Komorebi Kit guide

Basic introduction

- How to experience Komorebi

Komorebi Kit is designed to generate music from the moving shadows of trees. To experience your kit, take it with you to a park, a forest or place it in your garden. Search for a shadow that is moving in the wind. Place Komorebi where the shadow flutters and observe. 

Explore how the music changes with the weather, the time of day, or the shapes created by different plants. Komorebi can also be activated by other changing light sources, such as a single candle oscillating in a gentle draft or a parade of clouds intermittently eclipsing the sun.

- Powering on & charging

To power on and off use the switch which is positioned next to the micro-USB socket. Sliding the switch towards the USB connector turns the kit on. 

To charge the battery, use a micro-USB cable to connect the kit to a USB power source. Charging is independent from the power switch and works when the kit is either on or off. When USB power is connected the charging LED lights up red. When the battery is fully charged the LED turns off.

- Safety

-The kit includes a rechargeable Li-Po battery. The battery should not be left to charge unattended. Do not puncture the battery. A visibly damaged or swollen battery should be disconnected and discarded immediately. A damaged battery is a fire hazard.

-The kit is composed of many exposed unprotected electronic components. To prevent short circuits from damaging the electronics, keep the kit away from humidity, water, metal objects and other conductive materials.

Technical Details & Programming

Hardware details

The kit is created around the Espressif ESP32 micro-controller. Audio is output from a PT8211 16bit DAC and amplified by a PAM8302 IC. The light sensor is an HT7833 photodiode amplified by a MCP6001 op-amp with variable gain resistor MCP4151. USB-serial interface is the CH340.

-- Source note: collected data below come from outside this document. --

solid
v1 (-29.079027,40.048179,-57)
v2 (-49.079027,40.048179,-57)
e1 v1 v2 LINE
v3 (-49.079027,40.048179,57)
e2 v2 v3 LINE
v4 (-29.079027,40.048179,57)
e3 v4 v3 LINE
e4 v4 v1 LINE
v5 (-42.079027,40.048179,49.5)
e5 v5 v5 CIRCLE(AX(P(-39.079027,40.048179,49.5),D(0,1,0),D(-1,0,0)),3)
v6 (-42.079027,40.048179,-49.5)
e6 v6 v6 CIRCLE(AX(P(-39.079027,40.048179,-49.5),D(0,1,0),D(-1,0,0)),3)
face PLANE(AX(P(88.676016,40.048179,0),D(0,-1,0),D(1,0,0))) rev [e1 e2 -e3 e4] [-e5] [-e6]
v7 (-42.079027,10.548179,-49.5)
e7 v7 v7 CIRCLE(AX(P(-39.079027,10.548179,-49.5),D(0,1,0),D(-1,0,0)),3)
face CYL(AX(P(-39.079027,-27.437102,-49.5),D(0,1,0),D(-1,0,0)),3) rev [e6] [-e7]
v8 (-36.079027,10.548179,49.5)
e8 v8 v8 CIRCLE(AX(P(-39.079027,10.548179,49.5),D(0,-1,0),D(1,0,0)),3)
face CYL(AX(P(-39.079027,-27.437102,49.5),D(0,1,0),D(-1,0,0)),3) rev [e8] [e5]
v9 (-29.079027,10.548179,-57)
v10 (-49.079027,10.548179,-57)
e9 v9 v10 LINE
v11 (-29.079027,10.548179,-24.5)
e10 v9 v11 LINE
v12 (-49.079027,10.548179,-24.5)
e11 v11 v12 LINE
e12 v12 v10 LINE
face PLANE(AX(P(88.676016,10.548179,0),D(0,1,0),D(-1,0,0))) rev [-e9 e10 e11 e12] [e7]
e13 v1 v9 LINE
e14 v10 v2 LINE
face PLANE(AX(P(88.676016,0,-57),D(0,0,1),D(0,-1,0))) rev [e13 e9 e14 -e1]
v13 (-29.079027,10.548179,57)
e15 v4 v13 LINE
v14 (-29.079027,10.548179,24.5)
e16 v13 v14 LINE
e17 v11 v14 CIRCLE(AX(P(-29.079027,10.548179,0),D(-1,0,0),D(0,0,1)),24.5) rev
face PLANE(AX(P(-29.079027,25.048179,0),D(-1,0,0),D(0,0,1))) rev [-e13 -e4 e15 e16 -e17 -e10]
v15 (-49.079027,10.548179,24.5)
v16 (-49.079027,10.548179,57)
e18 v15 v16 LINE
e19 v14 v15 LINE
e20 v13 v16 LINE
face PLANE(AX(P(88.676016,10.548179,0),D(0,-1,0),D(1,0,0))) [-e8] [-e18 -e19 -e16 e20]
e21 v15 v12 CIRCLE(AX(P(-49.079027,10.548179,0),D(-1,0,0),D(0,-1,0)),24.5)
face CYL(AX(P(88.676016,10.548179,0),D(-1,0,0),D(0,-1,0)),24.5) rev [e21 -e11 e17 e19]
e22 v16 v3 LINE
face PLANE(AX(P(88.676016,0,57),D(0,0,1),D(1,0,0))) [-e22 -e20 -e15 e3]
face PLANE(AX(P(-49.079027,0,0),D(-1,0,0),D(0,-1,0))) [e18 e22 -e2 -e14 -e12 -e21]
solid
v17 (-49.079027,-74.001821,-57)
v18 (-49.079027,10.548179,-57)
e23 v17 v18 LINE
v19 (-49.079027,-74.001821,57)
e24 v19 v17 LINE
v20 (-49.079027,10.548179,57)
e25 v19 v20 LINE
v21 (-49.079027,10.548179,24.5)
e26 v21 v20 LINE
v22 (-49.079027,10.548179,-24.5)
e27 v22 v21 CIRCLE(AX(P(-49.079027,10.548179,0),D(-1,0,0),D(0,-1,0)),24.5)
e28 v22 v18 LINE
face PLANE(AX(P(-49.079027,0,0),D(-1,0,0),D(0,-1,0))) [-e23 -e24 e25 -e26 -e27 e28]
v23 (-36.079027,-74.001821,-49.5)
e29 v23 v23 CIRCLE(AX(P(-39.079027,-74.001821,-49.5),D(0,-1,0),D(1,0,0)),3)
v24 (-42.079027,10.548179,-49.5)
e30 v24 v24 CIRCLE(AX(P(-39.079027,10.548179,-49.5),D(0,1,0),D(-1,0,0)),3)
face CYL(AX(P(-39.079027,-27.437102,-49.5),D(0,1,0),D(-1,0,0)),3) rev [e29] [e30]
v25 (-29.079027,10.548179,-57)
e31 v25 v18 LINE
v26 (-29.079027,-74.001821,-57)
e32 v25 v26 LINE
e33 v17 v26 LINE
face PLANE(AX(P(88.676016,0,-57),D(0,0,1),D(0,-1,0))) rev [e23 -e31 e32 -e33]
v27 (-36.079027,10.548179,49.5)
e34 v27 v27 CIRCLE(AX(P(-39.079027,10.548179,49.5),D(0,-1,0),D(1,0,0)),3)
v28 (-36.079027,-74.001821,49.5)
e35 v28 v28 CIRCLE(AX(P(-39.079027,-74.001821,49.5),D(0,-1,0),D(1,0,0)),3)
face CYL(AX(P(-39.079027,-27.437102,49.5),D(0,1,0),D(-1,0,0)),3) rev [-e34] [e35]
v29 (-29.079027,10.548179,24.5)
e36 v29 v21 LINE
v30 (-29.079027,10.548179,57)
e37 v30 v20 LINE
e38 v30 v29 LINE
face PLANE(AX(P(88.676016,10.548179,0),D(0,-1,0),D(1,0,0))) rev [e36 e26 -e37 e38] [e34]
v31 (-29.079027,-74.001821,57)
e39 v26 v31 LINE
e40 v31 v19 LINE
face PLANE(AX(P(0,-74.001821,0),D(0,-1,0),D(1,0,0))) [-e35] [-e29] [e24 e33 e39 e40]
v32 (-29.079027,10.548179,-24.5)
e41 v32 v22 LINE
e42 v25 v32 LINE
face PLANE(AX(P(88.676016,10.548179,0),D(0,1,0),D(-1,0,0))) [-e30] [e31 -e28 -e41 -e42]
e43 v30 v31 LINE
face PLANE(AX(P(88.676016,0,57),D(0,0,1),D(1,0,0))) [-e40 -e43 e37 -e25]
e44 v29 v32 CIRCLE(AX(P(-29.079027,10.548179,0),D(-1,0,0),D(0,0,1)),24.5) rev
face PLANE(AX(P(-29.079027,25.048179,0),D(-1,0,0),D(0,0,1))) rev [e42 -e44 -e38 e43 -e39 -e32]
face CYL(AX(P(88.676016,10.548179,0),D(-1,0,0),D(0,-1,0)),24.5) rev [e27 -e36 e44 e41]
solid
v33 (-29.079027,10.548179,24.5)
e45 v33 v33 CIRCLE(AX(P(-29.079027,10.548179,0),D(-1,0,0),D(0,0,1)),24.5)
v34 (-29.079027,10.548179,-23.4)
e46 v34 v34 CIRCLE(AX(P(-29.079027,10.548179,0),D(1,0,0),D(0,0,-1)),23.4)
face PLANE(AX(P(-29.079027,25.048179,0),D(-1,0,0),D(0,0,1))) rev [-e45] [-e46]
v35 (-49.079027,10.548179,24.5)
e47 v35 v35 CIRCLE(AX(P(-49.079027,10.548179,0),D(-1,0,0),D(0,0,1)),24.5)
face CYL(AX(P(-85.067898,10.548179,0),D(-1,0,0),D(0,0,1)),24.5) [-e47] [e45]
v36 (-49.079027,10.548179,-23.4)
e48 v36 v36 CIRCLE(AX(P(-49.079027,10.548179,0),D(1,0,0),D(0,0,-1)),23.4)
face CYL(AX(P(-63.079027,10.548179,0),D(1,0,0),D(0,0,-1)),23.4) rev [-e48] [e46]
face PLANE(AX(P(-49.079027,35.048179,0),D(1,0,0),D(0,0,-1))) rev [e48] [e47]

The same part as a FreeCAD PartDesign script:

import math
import FreeCAD as App
import Part
import Sketcher

V = App.Vector

doc = App.newDocument("Part")
body = doc.addObject("PartDesign::Body", "Body")

sketch1 = body.newObject("Sketcher::SketchObject", "Sketch")
sketch1.AttachmentSupport = (doc.getObject("XY_Plane"), [""])
sketch1.MapMode = "FlatFace"
sketch1.addGeometry([
    Part.LineSegment(V(-44.1, 28, 0), V(-34.1, 28, 0)),
    Part.LineSegment(V(-34.1, 28, 0), V(-34.1, 25, 0)),
    Part.LineSegment(V(-34.1, 25, 0), V(-29.1, 25, 0)),
    Part.LineSegment(V(-29.1, 25, 0), V(-29.1, 35, 0)),
    Part.LineSegment(V(-29.1, 35, 0), V(-49.1, 35, 0)),
    Part.LineSegment(V(-49.1, 35, 0), V(-49.1, 28, 0)),
    Part.LineSegment(V(-49.1, 28, 0), V(-46.1, 28, 0)),
    Part.LineSegment(V(-46.1, 28, 0), V(-46.1, 29, 0)),
    Part.LineSegment(V(-46.1, 29, 0), V(-44.1, 29, 0)),
    Part.LineSegment(V(-44.1, 29, 0), V(-44.1, 28, 0)),
], False)
sketch1.addGeometry(Part.LineSegment(V(-49.1, 10.5, 0), V(-29.1, 10.5, 0)), True)
sketch1.addConstraint([
    Sketcher.Constraint("Coincident", 0, 2, 1, 1),
    Sketcher.Constraint("Coincident", 1, 2, 2, 1),
    Sketcher.Constraint("Coincident", 2, 2, 3, 1),
    Sketcher.Constraint("Coincident", 3, 2, 4, 1),
    Sketcher.Constraint("Coincident", 4, 2, 5, 1),
    Sketcher.Constraint("Coincident", 5, 2, 6, 1),
    Sketcher.Constraint("Coincident", 6, 2, 7, 1),
    Sketcher.Constraint("Coincident", 7, 2, 8, 1),
    Sketcher.Constraint("Coincident", 8, 2, 9, 1),
    Sketcher.Constraint("Coincident", 9, 2, 0, 1),
    Sketcher.Constraint("Horizontal", 0),
    Sketcher.Constraint("Vertical", 1),
    Sketcher.Constraint("Horizontal", 2),
    Sketcher.Constraint("Vertical", 3),
    Sketcher.Constraint("Horizontal", 4),
    Sketcher.Constraint("Vertical", 5),
    Sketcher.Constraint("Horizontal", 6),
    Sketcher.Constraint("Vertical", 7),
    Sketcher.Constraint("Horizontal", 8),
    Sketcher.Constraint("Vertical", 9),
    Sketcher.Constraint("Horizontal", 10),
    Sketcher.Constraint("Horizontal", 0, 2, 5, 2),
    Sketcher.Constraint("Vertical", 5, 2, 10, 1),
    Sketcher.Constraint("Vertical", 3, 2, 10, 2),
    Sketcher.Constraint("Equal", 6, 1),
    Sketcher.Constraint("Equal", 0, 3),
    Sketcher.Constraint("DistanceX", 0, 1, 0, 2, 10.0),
    Sketcher.Constraint("DistanceX", 2, 1, 2, 2, 5.0),
    Sketcher.Constraint("DistanceX", 4, 2, 4, 1, 20.0),
    Sketcher.Constraint("DistanceX", 6, 1, 6, 2, 3.0),
    Sketcher.Constraint("DistanceY", 7, 1, 7, 2, 1.0),
    Sketcher.Constraint("DistanceY", 10, 1, 5, 2, 17.5),
    Sketcher.Constraint("DistanceY", -1, 1, 0, 2, 28.048179),
    Sketcher.Constraint("DistanceX", 0, 2, -1, 1, 34.079027),
])
revolution = body.newObject("PartDesign::Revolution", "Revolution")
revolution.Profile = sketch1
revolution.ReferenceAxis = (sketch1, ["Axis0"])
revolution.Angle = 360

The GPIO pins of the ESP32 that are not in use are broken out to through-hole connections for further hacking and experimentation, as well as the direct DAC output.

The DAC output should never be used to directly drive a speaker or headphones. It requires an amplification stage first to prevent damage to the DAC. 

Software details

Komorebi Kit code: an overview of the behaviour

The code for Komorebi Kit is composed of two main parts: an input processing section and a sound generation section.  

The input processing section reads the input from the light sensor and sets the gain on the op-amp using the digital pot, adjusting the sensitivity of the input to match as much as possible the lighting conditions. This adjustment is gradual, so when moving Komorebi between environments with significantly different lighting (for example moving from indoors to outdoors) it can take several seconds for the sensitivity to fully adjust to the new situation. 

The light input is then processed further in the sound generation section. 

The sound generation section of the code is loosely modelled on the aeolian harp. While the aeolian harp is a stringed instrument whose physical strings are mechanically excited by the wind, Komorebi Kit has virtual strings which are excited by the shadow of a tree moving in the wind.

Komorebi Kit has 5 sets of 3 virtual strings each, the sound of which is produced by additive synthesis. Each set of 3 strings is tuned in just intonation to a chord using as intervals the fundamental, major third, perfect 5th and major 6th, in various voicings. The 5 sets are arranged on a circle of fifths starting on A2 (110 Hertz) and moving clockwise. The most common situation is for only one of the 5 sets of strings to play at one time. Which set is sounding depends on the average light input in the past period. In some situations multiple sets will sound together, usually when the lighting is transitioning between two or more sets. 

Each string is composed of 12 partials, which become independently excited depending on the changes in the light input. Each partial can be excited by the changes in light in two ways: as a drone, with a loudness that increases and decreases gradually over time, and as a pluck, which is triggered each time the amount of change reaches a certain threshold. The plucks are generated using Karplus-Strong string synthesis. Other parameters evolve over time in response to the light input: a detuning factor applied to the pitch of the strings as well as the loudness and resonance factor of the plucks.

How to modify the code

Early prototypes were developed using the Arduino IDE software and a library for microcontroller audio synthesis called Mozzi. We provide basic code examples for programming the kit with the Arduino IDE below. 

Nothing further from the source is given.